The reason I ask is because it would help greatly in determining whether Hyper-Threading is good or bad.
This is what I've heard so far:
Bob H: approx 30% loss of efficiency for a doubling. Therefore HT ON would have to raise NPS by 30% just to break even.
(Bob if you're reading this, how did you work that out?)
Robert Houdart: same as Bob but 20% instead of 30% (he was applying this to Houdini)
My own workings, based on the top formula with ^0.76, are that search efficiency drops by 15% each doubling. e.g:
2^0.76 = 1.7 (i.e. for a doubling of cores a 1.7x speedup is achieved)
1 core = 1000 NPS (say)
2 cores = 2000 NPS = 1700 effective NPS
which means you need a co-efficient of 0.85 to make this happen, which is a loss of 15%
Can anyone comment on this, please?
I realise there will be variations from engine to engine, but if we can deduce a principle...that would help a lot!
I paste here a link of speeds versus cores:
Threads factor: Komodo, Houdini, Stockfish and Zappa
I realize that you do not want 'NPS on the screen' (quoting you) but probably you can toy with these numbers. I would propose something like cores N in the x-axis and y1 = ln[v(N)/v(1)]/ln(N) in the y-axis (where v(N) is the speed with N cores); or N in the x-axis and y2 = v(N)/[N*v(1)] in the y-axis, and see what happens.

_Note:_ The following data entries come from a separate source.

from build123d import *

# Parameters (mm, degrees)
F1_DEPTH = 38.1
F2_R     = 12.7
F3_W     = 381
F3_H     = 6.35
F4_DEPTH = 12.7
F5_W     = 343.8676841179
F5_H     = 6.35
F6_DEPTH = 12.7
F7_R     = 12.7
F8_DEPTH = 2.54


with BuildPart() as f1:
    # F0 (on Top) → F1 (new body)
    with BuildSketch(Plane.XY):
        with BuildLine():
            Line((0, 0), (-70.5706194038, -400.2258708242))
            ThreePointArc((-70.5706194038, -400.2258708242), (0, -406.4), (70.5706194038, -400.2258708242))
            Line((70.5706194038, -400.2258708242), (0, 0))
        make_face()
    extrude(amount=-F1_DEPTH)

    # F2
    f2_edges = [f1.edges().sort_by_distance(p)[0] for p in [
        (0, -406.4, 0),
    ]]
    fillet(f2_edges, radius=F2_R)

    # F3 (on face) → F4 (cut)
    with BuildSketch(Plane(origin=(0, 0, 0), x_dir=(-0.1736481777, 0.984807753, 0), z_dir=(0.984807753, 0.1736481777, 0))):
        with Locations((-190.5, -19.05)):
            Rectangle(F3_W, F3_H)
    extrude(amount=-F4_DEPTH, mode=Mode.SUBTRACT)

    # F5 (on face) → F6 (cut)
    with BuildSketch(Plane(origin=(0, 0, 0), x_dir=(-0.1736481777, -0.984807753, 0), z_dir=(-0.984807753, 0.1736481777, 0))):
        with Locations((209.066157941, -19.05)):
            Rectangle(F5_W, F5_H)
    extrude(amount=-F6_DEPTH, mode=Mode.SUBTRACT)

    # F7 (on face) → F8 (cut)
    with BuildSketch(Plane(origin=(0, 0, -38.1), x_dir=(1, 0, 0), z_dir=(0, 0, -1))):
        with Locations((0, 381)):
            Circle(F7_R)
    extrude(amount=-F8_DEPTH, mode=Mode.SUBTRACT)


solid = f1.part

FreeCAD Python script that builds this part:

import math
import FreeCAD as App
import Part
import Sketcher
Q = App.Units.Quantity


def edges_at(feature, points):
    """Names of the edges that pass closest to the given points."""
    edges = feature.Shape.Edges
    near = lambda p: min(range(len(edges)), key=lambda i: edges[i].distToShape(Part.Vertex(*p))[0])
    return sorted({f"Edge{near(p) + 1}" for p in points})

doc = App.newDocument("Part")
params = doc.addObject("Spreadsheet::Sheet", "Params")
for row, (alias, value) in enumerate([
    ("sketch1_radius", "16 in"),
    ("pad1_length", "1.5 in"),
    ("fillet_radius", "0.5 in"),
    ("sketch2_width", "15 in"),
    ("sketch2_height", "0.25 in"),
    ("pocket1_length", "0.5 in"),
    ("sketch3_height", "0.25 in"),
    ("pocket2_length", "0.5 in"),
    ("sketch4_diameter", "1 in"),
    ("pocket3_length", "0.1 in"),
], start=1):
    params.set(f"A{row}", alias)
    params.set(f"B{row}", "=" + value)
    params.setAlias(f"B{row}", alias)

body = doc.addObject("PartDesign::Body", "Body")

sketch1 = body.newObject("Sketcher::SketchObject", "Sketch")
sketch1.AttachmentSupport = (doc.getObject("XY_Plane"), [""])
sketch1.MapMode = "FlatFace"
sketch1.addGeometry(Part.LineSegment(App.Vector(0, 0, 0), App.Vector(-71, -400, 0)), False)
sketch1.addGeometry(Part.ArcOfCircle(Part.Circle(App.Vector(0, 0, 0), App.Vector(0, 0, 1), 406), math.radians(-100), math.radians(-80)), False)
sketch1.addGeometry(Part.LineSegment(App.Vector(71, -400, 0), App.Vector(0, 0, 0)), False)
sketch1.addConstraint(Sketcher.Constraint("Coincident", 0, 2, 1, 1))
sketch1.addConstraint(Sketcher.Constraint("Coincident", 1, 2, 2, 1))
sketch1.addConstraint(Sketcher.Constraint("Coincident", 2, 2, 0, 1))
sketch1.addConstraint(Sketcher.Constraint("Coincident", 1, 3, -1, 1))
sketch1.addConstraint(Sketcher.Constraint("Coincident", 2, 2, -1, 1))
sketch1.addConstraint(Sketcher.Constraint("Horizontal", 0, 2, 1, 2))
sketch1.addConstraint(Sketcher.Constraint("Radius", 1, Q("16 in")))
sketch1.addConstraint(Sketcher.Constraint("Angle", 0, Q("-100 deg")))
sketch1.setExpression("Constraints[6]", "Params.sketch1_radius")
pad1 = body.newObject("PartDesign::Pad", "Pad")
pad1.Profile = sketch1
pad1.setExpression("Length", "Params.pad1_length")
pad1.Reversed = True
doc.recompute()

fillet = body.newObject("PartDesign::Fillet", "Fillet")
fillet.Base = (pad1, edges_at(pad1, [(0, -406.4, 0)]))
fillet.setExpression("Radius", "Params.fillet_radius")

sketch2 = body.newObject("Sketcher::SketchObject", "Sketch001")
sketch2.Placement = App.Placement(App.Vector(0, 0, 0), App.Rotation(App.Vector(-0.173648178, 0.984807753, 0), App.Vector(0, 0, 1), App.Vector(0.984807753, 0.173648178, 0), "ZXY"))
sketch2.addGeometry(Part.LineSegment(App.Vector(-381, -16, 0), App.Vector(-381, -22, 0)), False)
sketch2.addGeometry(Part.LineSegment(App.Vector(-381, -22, 0), App.Vector(0, -22, 0)), False)
sketch2.addGeometry(Part.LineSegment(App.Vector(0, -22, 0), App.Vector(0, -16, 0)), False)
sketch2.addGeometry(Part.LineSegment(App.Vector(0, -16, 0), App.Vector(-381, -16, 0)), False)
sketch2.addConstraint(Sketcher.Constraint("Coincident", 0, 2, 1, 1))
sketch2.addConstraint(Sketcher.Constraint("Coincident", 1, 2, 2, 1))
sketch2.addConstraint(Sketcher.Constraint("Coincident", 2, 2, 3, 1))
sketch2.addConstraint(Sketcher.Constraint("Coincident", 3, 2, 0, 1))
sketch2.addConstraint(Sketcher.Constraint("Vertical", 0))
sketch2.addConstraint(Sketcher.Constraint("Horizontal", 1))
sketch2.addConstraint(Sketcher.Constraint("Vertical", 2))
sketch2.addConstraint(Sketcher.Constraint("Horizontal", 3))
sketch2.addConstraint(Sketcher.Constraint("PointOnObject", 1, 2, -2))
sketch2.addConstraint(Sketcher.Constraint("DistanceX", 1, 1, 1, 2, Q("15 in")))
sketch2.addConstraint(Sketcher.Constraint("DistanceY", 0, 2, 0, 1, Q("0.25 in")))
sketch2.addConstraint(Sketcher.Constraint("DistanceY", 0, 2, -1, 1, Q("0.875 in")))
sketch2.setExpression("Constraints[9]", "Params.sketch2_width")
sketch2.setExpression("Constraints[10]", "Params.sketch2_height")
pocket1 = body.newObject("PartDesign::Pocket", "Pocket")
pocket1.Profile = sketch2
pocket1.setExpression("Length", "Params.pocket1_length")

sketch3 = body.newObject("Sketcher::SketchObject", "Sketch002")
sketch3.Placement = App.Placement(App.Vector(0, 0, 0), App.Rotation(App.Vector(-0.173648178, -0.984807753, 0), App.Vector(0, 0, 1), App.Vector(-0.984807753, 0.173648178, 0), "ZXY"))
sketch3.addGeometry(Part.LineSegment(App.Vector(37, -16, 0), App.Vector(37, -22, 0)), False)
sketch3.addGeometry(Part.LineSegment(App.Vector(37, -22, 0), App.Vector(381, -22, 0)), False)
sketch3.addGeometry(Part.LineSegment(App.Vector(381, -22, 0), App.Vector(381, -16, 0)), False)
sketch3.addGeometry(Part.LineSegment(App.Vector(381, -16, 0), App.Vector(37, -16, 0)), False)
sketch3.addConstraint(Sketcher.Constraint("Coincident", 0, 2, 1, 1))
sketch3.addConstraint(Sketcher.Constraint("Coincident", 1, 2, 2, 1))
sketch3.addConstraint(Sketcher.Constraint("Coincident", 2, 2, 3, 1))
sketch3.addConstraint(Sketcher.Constraint("Coincident", 3, 2, 0, 1))
sketch3.addConstraint(Sketcher.Constraint("Vertical", 0))
sketch3.addConstraint(Sketcher.Constraint("Horizontal", 1))
sketch3.addConstraint(Sketcher.Constraint("Vertical", 2))
sketch3.addConstraint(Sketcher.Constraint("Horizontal", 3))
sketch3.addConstraint(Sketcher.Constraint("DistanceX", -1, 1, 1, 2, Q("15 in")))
sketch3.addConstraint(Sketcher.Constraint("DistanceY", 0, 2, 0, 1, Q("0.25 in")))
sketch3.addConstraint(Sketcher.Constraint("DistanceY", 0, 2, -1, 1, Q("0.875 in")))
sketch3.addConstraint(Sketcher.Constraint("DistanceX", 1, 1, 1, 2, 343.867684))
sketch3.setExpression("Constraints[9]", "Params.sketch3_height")
pocket2 = body.newObject("PartDesign::Pocket", "Pocket001")
pocket2.Profile = sketch3
pocket2.setExpression("Length", "Params.pocket2_length")

sketch4 = body.newObject("Sketcher::SketchObject", "Sketch003")
sketch4.AttachmentSupport = (doc.getObject("XY_Plane"), [""])
sketch4.MapMode = "FlatFace"
sketch4.AttachmentOffset = App.Placement(App.Vector(0, 0, -1.5 * 25.4), App.Rotation())
sketch4.addGeometry(Part.Circle(App.Vector(0, -381, 0), App.Vector(0, 0, 1), 13), False)
sketch4.addConstraint(Sketcher.Constraint("PointOnObject", 0, 3, -2))
sketch4.addConstraint(Sketcher.Constraint("Diameter", 0, Q("1 in")))
sketch4.addConstraint(Sketcher.Constraint("DistanceY", 0, 3, -1, 1, Q("15 in")))
sketch4.setExpression("Constraints[1]", "Params.sketch4_diameter")
pocket3 = body.newObject("PartDesign::Pocket", "Pocket002")
pocket3.Profile = sketch4
pocket3.setExpression("Length", "Params.pocket3_length")
pocket3.Reversed = True

doc.recompute()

I did this with Houdini (the data is easier to write in Excel because speeds are rounded to kN/s) and I got:
Code: Select all
y1 = ln[v(N)/v(1)]/ln(N)
y2 = v(N)/[N*v(1)]
N y1 y2
2 0.919977917 0.946043165
3 0.903368825 0.899280576
4 0.904418445 0.875899281
5 0.904750354 0.857873701
6 0.899937132 0.835864642
7 0.910408467 0.840013703
8 0.907977677 0.825839329
9 0.904157106 0.810107470
10 0.892325980 0.780415667
11 0.896788218 0.780757212
12 0.884085220 0.749733546
13 0.884913365 0.744389104
14 0.880238100 0.729016787
15 0.874521116 0.711910472
16 0.875828540 0.708733014
17 0.854114429 0.661447313
18 0.830518752 0.612709832
19 0.826192471 0.599436240
20 0.823265285 0.588928857
21 0.800436038 0.544669027
22 0.789134766 0.521110384
23 0.785680293 0.510687102
24 0.782670290 0.501232347
25 0.778856370 0.490743405
26 0.776088215 0.482137367
27 0.767819800 0.465227818
28 0.765152614 0.457234213
29 0.762926564 0.450095096
30 0.758901320 0.440420997
31 0.754006147 0.429669168
32 0.750575725 0.421287970
Code: Select all
(y1)* ~ 0.9492 - 0.0064*N; R² ~ 0.9441
(y2)* ~ 0.9612 - 0.0181*N; R² ~ 0.9832
------------
The counter says 1000 posts. It was unthinkable for me when I registered here almost three years ago!
Regards from Spain.
Ajedrecista.
-
- Posts: 2055
- Joined: Mon Mar 13, 2006 2:31 am
- Location: North Carolina, USA
Re: Real Speedup due to core doubling etc
IIRC, the Rybka team knew of the equation NPS speedup = 1 + (N-1)*0.7, but they saw many customers getting confused when the TTP (Time To Ply) speed uo didn't equal the same value as the NPS speedup due to the workload gain. So, they adjusted the equation to be a TTP equation.